Dataset entries »
----------------------------------------
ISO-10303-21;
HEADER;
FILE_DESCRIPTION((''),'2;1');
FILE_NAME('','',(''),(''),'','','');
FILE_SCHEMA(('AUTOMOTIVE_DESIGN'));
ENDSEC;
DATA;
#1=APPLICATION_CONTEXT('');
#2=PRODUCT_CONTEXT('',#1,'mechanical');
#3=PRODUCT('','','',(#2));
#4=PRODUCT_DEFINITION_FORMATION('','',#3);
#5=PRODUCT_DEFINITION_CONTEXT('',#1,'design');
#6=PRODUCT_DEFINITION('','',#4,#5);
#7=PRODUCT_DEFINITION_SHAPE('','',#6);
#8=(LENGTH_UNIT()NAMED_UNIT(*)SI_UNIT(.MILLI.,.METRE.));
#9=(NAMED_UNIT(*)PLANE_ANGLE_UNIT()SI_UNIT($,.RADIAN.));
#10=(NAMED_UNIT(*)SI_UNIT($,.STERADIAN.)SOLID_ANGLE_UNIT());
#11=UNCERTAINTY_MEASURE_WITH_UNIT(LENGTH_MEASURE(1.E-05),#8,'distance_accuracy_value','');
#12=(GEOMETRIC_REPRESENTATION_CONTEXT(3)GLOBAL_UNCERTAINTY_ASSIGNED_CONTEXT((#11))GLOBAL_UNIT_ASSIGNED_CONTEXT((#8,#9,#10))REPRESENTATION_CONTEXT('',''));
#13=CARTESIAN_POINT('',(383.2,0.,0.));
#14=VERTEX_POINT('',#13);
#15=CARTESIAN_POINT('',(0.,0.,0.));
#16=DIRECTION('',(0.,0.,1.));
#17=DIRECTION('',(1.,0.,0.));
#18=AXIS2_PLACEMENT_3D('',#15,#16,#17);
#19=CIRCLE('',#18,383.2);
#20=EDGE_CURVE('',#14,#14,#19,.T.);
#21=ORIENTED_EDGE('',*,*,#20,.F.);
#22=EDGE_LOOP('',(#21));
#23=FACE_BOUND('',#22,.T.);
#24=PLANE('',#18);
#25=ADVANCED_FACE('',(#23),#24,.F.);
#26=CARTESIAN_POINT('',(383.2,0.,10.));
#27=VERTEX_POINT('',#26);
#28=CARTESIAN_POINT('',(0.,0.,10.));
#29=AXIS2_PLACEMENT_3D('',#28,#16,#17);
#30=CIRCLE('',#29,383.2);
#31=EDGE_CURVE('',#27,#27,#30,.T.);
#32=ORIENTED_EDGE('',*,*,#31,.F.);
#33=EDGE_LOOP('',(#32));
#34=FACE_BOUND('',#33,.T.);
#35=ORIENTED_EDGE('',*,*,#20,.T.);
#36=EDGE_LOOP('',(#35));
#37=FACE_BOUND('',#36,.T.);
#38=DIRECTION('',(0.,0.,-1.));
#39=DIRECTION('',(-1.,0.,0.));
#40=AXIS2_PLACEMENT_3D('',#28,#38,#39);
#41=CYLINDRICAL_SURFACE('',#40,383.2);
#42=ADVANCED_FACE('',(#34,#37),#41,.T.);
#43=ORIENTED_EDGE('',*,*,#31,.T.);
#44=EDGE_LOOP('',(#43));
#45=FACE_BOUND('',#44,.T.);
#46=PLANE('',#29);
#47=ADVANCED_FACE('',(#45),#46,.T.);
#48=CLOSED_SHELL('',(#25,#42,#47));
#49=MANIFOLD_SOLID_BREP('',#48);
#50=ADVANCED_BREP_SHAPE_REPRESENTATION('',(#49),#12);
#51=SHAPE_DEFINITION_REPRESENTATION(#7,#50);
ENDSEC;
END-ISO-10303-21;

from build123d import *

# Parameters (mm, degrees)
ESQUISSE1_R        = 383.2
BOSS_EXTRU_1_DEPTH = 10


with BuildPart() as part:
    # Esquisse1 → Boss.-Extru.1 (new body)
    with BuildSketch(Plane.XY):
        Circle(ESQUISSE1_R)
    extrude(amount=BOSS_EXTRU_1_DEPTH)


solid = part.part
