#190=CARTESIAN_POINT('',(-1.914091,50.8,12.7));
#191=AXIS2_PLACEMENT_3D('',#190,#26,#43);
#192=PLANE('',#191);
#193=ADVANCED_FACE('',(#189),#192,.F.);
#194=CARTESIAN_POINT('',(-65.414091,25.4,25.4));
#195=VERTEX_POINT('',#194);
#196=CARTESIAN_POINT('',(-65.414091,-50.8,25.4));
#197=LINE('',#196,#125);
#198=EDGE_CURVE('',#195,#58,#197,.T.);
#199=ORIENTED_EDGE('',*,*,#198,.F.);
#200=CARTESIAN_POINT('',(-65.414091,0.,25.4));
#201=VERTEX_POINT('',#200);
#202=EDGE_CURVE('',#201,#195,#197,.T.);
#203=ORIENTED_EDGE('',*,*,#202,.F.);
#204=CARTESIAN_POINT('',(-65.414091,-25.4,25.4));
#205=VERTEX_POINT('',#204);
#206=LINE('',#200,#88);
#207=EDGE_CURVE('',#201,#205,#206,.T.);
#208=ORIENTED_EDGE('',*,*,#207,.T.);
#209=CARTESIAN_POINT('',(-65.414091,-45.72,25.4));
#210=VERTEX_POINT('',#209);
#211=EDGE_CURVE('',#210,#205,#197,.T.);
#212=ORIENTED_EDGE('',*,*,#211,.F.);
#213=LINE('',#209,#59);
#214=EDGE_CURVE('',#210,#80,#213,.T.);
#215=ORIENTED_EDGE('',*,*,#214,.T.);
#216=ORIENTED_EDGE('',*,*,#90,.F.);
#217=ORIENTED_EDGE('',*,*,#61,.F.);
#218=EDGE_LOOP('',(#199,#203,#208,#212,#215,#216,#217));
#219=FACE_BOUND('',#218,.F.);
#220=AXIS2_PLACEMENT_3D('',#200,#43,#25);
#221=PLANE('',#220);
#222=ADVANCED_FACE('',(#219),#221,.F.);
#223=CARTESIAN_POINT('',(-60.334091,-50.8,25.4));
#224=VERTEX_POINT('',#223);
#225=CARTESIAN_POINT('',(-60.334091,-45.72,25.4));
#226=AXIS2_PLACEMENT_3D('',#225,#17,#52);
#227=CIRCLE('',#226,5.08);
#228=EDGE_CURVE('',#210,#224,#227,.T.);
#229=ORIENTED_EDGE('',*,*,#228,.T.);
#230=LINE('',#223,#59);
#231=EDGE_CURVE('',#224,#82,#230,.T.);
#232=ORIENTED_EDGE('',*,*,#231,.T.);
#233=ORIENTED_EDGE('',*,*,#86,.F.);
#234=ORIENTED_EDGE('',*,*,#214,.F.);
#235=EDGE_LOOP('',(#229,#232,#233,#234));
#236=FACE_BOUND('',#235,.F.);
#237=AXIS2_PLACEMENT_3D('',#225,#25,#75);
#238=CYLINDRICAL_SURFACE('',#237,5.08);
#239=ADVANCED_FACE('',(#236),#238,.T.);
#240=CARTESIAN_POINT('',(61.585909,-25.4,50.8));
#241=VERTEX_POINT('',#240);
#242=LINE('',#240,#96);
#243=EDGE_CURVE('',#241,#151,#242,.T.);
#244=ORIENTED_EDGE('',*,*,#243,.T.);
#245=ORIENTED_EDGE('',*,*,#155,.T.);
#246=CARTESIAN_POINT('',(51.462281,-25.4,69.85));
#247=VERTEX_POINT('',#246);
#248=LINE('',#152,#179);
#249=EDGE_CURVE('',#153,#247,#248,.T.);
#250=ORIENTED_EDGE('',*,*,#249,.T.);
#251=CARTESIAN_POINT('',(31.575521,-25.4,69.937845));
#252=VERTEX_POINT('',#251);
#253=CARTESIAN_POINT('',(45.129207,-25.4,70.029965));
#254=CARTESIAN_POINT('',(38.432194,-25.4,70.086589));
----------------------------------------
Copy the stretch of the records above that runs from the line with "#242=LINE('',#240,#96);" through the line with "#249=EDGE_CURVE('',#153,#247,#248,.T.);". Both end lines belong in the copy, and nothing else does.

Task output »
#242=LINE('',#240,#96);
#243=EDGE_CURVE('',#241,#151,#242,.T.);
#244=ORIENTED_EDGE('',*,*,#243,.T.);
#245=ORIENTED_EDGE('',*,*,#155,.T.);
#246=CARTESIAN_POINT('',(51.462281,-25.4,69.85));
#247=VERTEX_POINT('',#246);
#248=LINE('',#152,#179);
#249=EDGE_CURVE('',#153,#247,#248,.T.);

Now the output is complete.